Volles Recht für Mini-Jobber

Bei Kündigungsschutz und Urlaubsgeld haben geringfügig Beschäftigte kaum Nachteile

Von GREGOR G. BARENDREGT

Frankfurt a. M. - Geringfügig Beschäftigte sind vom Arbeitgeber wie vollzeitbeschäftigte Arbeitnehmer zu behandeln. Für sie gelten die selben arbeitsrechtlichen Vorschriften. Das bedeutet insbesondere, dass nach sechs Monaten auch der Mini-Jobber Kündigungsschutz nach dem Kündigungsschutzgesetz genießt. Im Falle einer Entlassung ist zudem auch der Mini-Jobber in eine Sozialauswahl mit einzubeziehen.

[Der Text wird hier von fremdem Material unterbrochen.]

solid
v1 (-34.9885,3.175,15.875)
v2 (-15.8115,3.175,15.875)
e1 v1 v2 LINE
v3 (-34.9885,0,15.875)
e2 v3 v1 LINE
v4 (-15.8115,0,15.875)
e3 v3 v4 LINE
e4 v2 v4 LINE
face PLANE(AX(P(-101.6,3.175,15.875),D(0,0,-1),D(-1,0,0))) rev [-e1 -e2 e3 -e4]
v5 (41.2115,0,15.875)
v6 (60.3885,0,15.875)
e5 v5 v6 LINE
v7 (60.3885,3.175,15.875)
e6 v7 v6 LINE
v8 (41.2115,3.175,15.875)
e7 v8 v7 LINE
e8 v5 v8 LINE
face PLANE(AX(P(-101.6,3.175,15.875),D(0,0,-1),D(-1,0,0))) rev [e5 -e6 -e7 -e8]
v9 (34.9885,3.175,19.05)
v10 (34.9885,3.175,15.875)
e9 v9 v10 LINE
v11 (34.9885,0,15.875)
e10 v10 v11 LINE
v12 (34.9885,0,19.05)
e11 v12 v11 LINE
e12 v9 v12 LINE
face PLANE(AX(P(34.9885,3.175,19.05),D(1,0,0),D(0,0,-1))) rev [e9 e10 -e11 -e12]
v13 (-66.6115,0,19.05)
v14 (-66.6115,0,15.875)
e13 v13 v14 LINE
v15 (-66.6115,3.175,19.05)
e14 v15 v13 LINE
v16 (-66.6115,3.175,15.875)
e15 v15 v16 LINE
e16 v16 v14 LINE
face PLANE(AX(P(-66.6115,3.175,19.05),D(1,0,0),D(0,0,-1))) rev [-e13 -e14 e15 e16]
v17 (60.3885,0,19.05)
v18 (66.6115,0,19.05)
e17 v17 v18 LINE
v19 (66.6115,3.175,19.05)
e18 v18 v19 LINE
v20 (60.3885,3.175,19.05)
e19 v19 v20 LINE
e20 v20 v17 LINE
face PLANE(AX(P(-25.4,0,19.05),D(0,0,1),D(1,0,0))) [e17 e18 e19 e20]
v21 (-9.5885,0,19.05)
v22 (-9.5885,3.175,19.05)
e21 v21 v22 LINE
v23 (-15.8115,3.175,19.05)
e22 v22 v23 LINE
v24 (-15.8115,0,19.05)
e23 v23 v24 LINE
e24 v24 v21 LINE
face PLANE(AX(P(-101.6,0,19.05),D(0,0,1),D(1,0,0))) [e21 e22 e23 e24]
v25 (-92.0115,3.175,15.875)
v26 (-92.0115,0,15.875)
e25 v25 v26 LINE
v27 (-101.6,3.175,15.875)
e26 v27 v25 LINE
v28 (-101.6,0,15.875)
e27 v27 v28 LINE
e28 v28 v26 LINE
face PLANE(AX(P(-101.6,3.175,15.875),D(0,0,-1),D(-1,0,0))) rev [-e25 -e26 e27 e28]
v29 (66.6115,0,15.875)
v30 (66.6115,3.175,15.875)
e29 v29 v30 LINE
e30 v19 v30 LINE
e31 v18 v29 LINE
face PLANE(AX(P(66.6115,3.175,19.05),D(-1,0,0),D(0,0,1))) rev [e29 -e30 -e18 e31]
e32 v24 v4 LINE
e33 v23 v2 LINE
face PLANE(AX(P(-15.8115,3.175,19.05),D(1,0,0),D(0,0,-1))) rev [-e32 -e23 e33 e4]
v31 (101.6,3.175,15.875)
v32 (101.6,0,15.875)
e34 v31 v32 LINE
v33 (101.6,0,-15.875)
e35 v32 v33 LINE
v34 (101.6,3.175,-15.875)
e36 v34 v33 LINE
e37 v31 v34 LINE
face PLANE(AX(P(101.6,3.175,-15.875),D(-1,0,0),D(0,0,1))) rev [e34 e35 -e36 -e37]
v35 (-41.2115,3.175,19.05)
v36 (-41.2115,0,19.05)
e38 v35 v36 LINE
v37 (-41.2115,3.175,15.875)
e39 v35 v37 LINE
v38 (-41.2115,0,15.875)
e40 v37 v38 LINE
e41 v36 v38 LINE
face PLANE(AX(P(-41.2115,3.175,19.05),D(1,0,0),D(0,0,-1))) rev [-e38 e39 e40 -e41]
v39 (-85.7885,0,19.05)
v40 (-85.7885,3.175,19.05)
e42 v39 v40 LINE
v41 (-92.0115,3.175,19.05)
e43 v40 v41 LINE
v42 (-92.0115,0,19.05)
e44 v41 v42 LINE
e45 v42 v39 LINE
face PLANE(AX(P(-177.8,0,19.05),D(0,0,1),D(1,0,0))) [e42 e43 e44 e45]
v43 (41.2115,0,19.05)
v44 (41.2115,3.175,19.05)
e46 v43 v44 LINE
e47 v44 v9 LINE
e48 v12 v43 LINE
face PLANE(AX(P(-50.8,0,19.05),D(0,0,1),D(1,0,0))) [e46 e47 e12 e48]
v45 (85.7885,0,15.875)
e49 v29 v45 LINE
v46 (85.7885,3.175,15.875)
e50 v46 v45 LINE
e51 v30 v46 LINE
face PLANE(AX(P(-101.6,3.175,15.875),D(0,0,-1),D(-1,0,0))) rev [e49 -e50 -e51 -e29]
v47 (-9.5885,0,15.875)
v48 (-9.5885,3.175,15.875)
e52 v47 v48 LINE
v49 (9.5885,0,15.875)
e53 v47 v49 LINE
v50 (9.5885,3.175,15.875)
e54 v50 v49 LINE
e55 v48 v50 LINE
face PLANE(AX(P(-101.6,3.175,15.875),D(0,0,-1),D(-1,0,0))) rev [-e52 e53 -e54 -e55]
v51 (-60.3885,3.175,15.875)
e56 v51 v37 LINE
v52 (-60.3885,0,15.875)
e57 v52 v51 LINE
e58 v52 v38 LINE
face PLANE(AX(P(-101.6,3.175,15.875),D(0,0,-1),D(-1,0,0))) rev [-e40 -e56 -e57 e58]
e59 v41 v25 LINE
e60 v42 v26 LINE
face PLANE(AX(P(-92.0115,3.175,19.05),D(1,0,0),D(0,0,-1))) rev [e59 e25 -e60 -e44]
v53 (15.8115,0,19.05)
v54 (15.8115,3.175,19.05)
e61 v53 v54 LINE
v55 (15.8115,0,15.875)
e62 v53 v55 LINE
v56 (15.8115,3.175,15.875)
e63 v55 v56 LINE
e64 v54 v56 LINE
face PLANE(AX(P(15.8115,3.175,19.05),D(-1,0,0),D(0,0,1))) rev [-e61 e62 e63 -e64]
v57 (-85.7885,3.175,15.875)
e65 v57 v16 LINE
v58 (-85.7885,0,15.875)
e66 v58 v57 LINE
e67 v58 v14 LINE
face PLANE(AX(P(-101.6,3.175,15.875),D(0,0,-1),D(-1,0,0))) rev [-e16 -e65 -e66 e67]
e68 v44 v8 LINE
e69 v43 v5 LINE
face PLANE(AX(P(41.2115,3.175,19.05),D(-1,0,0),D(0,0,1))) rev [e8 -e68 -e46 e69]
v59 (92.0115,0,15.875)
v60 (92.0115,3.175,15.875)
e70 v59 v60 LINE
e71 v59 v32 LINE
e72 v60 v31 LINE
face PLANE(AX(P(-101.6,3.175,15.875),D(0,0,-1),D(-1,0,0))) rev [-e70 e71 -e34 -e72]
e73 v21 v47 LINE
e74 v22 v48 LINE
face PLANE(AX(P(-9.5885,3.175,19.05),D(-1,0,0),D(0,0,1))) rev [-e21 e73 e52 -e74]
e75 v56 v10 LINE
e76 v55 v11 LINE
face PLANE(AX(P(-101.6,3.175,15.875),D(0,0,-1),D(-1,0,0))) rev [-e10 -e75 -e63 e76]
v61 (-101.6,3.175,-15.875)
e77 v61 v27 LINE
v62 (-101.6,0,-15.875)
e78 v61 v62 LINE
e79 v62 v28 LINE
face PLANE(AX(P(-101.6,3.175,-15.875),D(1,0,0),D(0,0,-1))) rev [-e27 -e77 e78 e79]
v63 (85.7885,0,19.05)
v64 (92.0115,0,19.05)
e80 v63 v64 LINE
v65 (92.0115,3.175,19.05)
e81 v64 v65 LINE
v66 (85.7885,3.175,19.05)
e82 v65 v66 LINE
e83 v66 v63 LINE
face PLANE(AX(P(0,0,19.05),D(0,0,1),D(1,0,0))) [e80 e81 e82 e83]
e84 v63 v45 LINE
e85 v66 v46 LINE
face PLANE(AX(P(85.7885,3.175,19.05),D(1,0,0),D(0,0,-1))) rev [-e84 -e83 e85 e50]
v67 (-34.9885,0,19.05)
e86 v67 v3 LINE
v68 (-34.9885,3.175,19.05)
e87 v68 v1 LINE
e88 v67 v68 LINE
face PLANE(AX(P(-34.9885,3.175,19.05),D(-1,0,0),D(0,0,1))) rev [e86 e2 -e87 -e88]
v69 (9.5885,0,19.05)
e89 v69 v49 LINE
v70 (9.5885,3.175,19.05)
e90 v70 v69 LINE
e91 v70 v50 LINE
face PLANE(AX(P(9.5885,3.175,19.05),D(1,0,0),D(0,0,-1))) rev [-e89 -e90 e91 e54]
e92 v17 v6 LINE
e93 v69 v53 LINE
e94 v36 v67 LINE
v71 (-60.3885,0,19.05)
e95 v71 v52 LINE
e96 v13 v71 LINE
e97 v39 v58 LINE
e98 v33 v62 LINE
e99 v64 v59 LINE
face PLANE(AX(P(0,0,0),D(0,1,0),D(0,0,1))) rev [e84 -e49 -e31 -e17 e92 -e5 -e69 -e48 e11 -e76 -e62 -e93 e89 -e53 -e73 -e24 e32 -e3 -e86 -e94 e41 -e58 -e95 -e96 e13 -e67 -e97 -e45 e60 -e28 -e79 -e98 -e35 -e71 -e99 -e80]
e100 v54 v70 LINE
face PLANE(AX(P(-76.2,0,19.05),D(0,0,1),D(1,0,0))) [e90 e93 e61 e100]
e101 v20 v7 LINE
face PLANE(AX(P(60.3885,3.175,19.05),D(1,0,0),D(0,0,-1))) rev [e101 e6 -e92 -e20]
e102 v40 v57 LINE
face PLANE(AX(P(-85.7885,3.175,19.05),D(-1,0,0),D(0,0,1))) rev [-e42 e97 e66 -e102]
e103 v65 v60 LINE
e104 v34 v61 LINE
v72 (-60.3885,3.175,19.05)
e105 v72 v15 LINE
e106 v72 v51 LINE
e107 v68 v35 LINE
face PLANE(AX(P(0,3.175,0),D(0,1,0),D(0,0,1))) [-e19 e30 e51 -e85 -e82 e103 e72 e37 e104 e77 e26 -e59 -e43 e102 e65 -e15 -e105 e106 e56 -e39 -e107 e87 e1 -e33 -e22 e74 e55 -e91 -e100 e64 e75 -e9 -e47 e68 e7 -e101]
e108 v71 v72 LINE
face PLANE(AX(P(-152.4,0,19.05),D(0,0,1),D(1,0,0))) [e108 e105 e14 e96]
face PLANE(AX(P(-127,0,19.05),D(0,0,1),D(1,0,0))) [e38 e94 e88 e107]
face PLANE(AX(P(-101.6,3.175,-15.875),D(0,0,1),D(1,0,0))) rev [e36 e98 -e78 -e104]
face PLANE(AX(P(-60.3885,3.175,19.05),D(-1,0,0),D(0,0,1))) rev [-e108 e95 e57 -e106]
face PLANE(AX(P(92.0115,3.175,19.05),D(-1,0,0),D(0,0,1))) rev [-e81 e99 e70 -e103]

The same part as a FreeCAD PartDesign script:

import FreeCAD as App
import Part
import Sketcher
Q = App.Units.Quantity


def add_polygon(sketch, points):
    """Adds a closed chain of lines whose ends are joined by coincident constraints."""
    first, n = sketch.GeometryCount, len(points)
    for a, b in zip(points, points[1:] + points[:1]):
        sketch.addGeometry(Part.LineSegment(App.Vector(*a, 0), App.Vector(*b, 0)), False)
    for i in range(n):
        sketch.addConstraint(Sketcher.Constraint("Coincident", first + i, 2, first + (i + 1) % n, 1))

doc = App.newDocument("Part")
params = doc.addObject("Spreadsheet::Sheet", "Params")
for row, (alias, value) in enumerate([
    ("sketch1_width", "8 in"),
    ("sketch1_height", "1.25 in"),
    ("pad1_length", "0.125 in"),
    ("sketch2_width", "0.245 in"),
    ("sketch2_height", "0.125 in"),
    ("pad2_length", "0.125 in"),
    ("linearpattern_pitch", "1 in"),
], start=1):
    params.set(f"A{row}", alias)
    params.set(f"B{row}", "=" + value)
    params.setAlias(f"B{row}", alias)

body = doc.addObject("PartDesign::Body", "Body")

sketch1 = body.newObject("Sketcher::SketchObject", "Sketch")
sketch1.AttachmentSupport = (doc.getObject("XZ_Plane"), [""])
sketch1.MapMode = "FlatFace"
add_polygon(sketch1, [(-101.6, -15.875), (-101.6, 15.875), (101.6, 15.875), (101.6, -15.875)])
sketch1.addConstraint([
    Sketcher.Constraint("Vertical", 0),
    Sketcher.Constraint("Horizontal", 1),
    Sketcher.Constraint("Vertical", 2),
    Sketcher.Constraint("Horizontal", 3),
    Sketcher.Constraint("Symmetric", 0, 2, 2, 2, -1, 1),
    Sketcher.Constraint("DistanceX", 1, 1, 1, 2, Q("8 in")),
    Sketcher.Constraint("DistanceY", 0, 1, 0, 2, Q("1.25 in")),
])
sketch1.setExpression("Constraints[9]", "Params.sketch1_width")
sketch1.setExpression("Constraints[10]", "Params.sketch1_height")
pad1 = body.newObject("PartDesign::Pad", "Pad")
pad1.Profile = sketch1
pad1.setExpression("Length", "Params.pad1_length")
pad1.Reversed = True

sketch2 = body.newObject("Sketcher::SketchObject", "Sketch001")
sketch2.AttachmentSupport = (doc.getObject("XY_Plane"), [""])
sketch2.MapMode = "FlatFace"
sketch2.AttachmentOffset = App.Placement(App.Vector(0, 0, 0.625 * 25.4), App.Rotation())
add_polygon(sketch2, [(85.7885, 3.175), (85.7885, 0), (92.0115, 0), (92.0115, 3.175)])
sketch2.addConstraint([
    Sketcher.Constraint("Vertical", 0),
    Sketcher.Constraint("Horizontal", 1),
    Sketcher.Constraint("Vertical", 2),
    Sketcher.Constraint("Horizontal", 3),
    Sketcher.Constraint("PointOnObject", 0, 2, -1),
    Sketcher.Constraint("DistanceX", 1, 1, 1, 2, Q("0.245 in")),
    Sketcher.Constraint("DistanceY", 0, 2, 0, 1, Q("0.125 in")),
    Sketcher.Constraint("DistanceX", -1, 1, 0, 2, Q("3.3775 in")),
])
sketch2.setExpression("Constraints[9]", "Params.sketch2_width")
sketch2.setExpression("Constraints[10]", "Params.sketch2_height")
pad2 = body.newObject("PartDesign::Pad", "Pad001")
pad2.Profile = sketch2
pad2.setExpression("Length", "Params.pad2_length")
doc.recompute()

linearpattern = body.newObject("PartDesign::LinearPattern", "LinearPattern")
linearpattern.Originals = [pad2]
linearpattern.Direction = (doc.getObject("X_Axis"), [""])
linearpattern.Mode = "offset"
linearpattern.setExpression("Offset", "Params.linearpattern_pitch")
linearpattern.Occurrences = 8
linearpattern.Reversed = True
body.Tip = linearpattern

doc.recompute()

Gleiches gilt sogar für ein geringfügiges Beschäftigungsverhältnis, das neben einer den Arbeitnehmer anderen Hauptbeschäftigung ausgeübt wird (Bundesarbeitsgericht, Urteil vom 5.9.1986).

Der Urlaubsanspruch richtet sich, wie bei allen anderen Arbeitnehmern auch, nach dem Bundesurlaubsgesetz, beträgt also bei einer Sechs-Tagewoche mindestens 24 Werktage. Im Falle einer Erkrankung ist dem geringfügig Beschäftigten zudem Entgeltfortzahlung zu gewähren. Geringfügig Beschäftigte sind grundsätzlich auch in den Bezug von Sonderleistungen wie Weihnachtsgeld einzubeziehen (Europäischer Gerichtshof, Urteil vom 9.9.1999). Allerdings kann durch den Bezug von Sonderleistungen der Charakter eines Mini-Jobs und damit der Steuervorteil einer geringfügigen Beschäftigung verloren gehen.

Der geringfügig beschäftigte Arbeitnehmer kann zudem in der gesetzlichen Rentenversicherung die Stellung eines versicherungspflichtigen Arbeitnehmers erwerben, wenn er gegenüber dem Arbeitgeber auf die Versicherungsfreiheit ausdrücklich verzichtet. Der Arbeitgeber hat den Arbeitnehmer hierauf hinzuweisen. Anderenfalls besteht hier die Möglichkeit, Ersatzansprüche wegen entgangener Versicherungsanwartschaften geltend zu machen.

Da Arbeitnehmer einen Mini-Job oft nicht nur wegen des geringen Beschäftigungsumfangs, sondern auch wegen der einfachen pauschalen und geringen Besteuerung annehmen, ist es wichtig zu wissen, dass mehrere Tätigkeiten nebeneinander gegebenenfalls zusammenzurechnen sind und der Steuervorteil dann entfällt.

Den Chef über alle Jobs informieren

Lediglich dann, wenn neben einer versicherungspflichtigen Hauptbeschäftigung nur eine Nebenbeschäftigung in Höhe von 400 Euro ausgeübt wird, sind beide Beschäftigungen weder in der Kranken-, Pflege-, Renten-, noch in der Arbeitslosenversicherung zu addieren. Dann bleibt der Mini-Job versicherungsfrei.

Für den Arbeitgeber ist es wichtig zu wissen, wie viele Tätigkeiten der Mini-Jobber ausübt. Denn sind es mehr als eine Haupt- und eine geringfügige Beschäftigung muss der Arbeitgeber auch die Sozialversicherungsbeiträge aus der geringfügigen Beschäftigung abführen - im Zweifel sogar rückwirkend. Allerdings kann sich der Arbeitgeber im Falle von Nachforderungen durch die Finanzbehörden bei dem Arbeitnehmer schadlos halten. Daher ist es ratsam, den Arbeitgeber regelmäßig über alle ausgeübten Tätigkeiten zu informieren.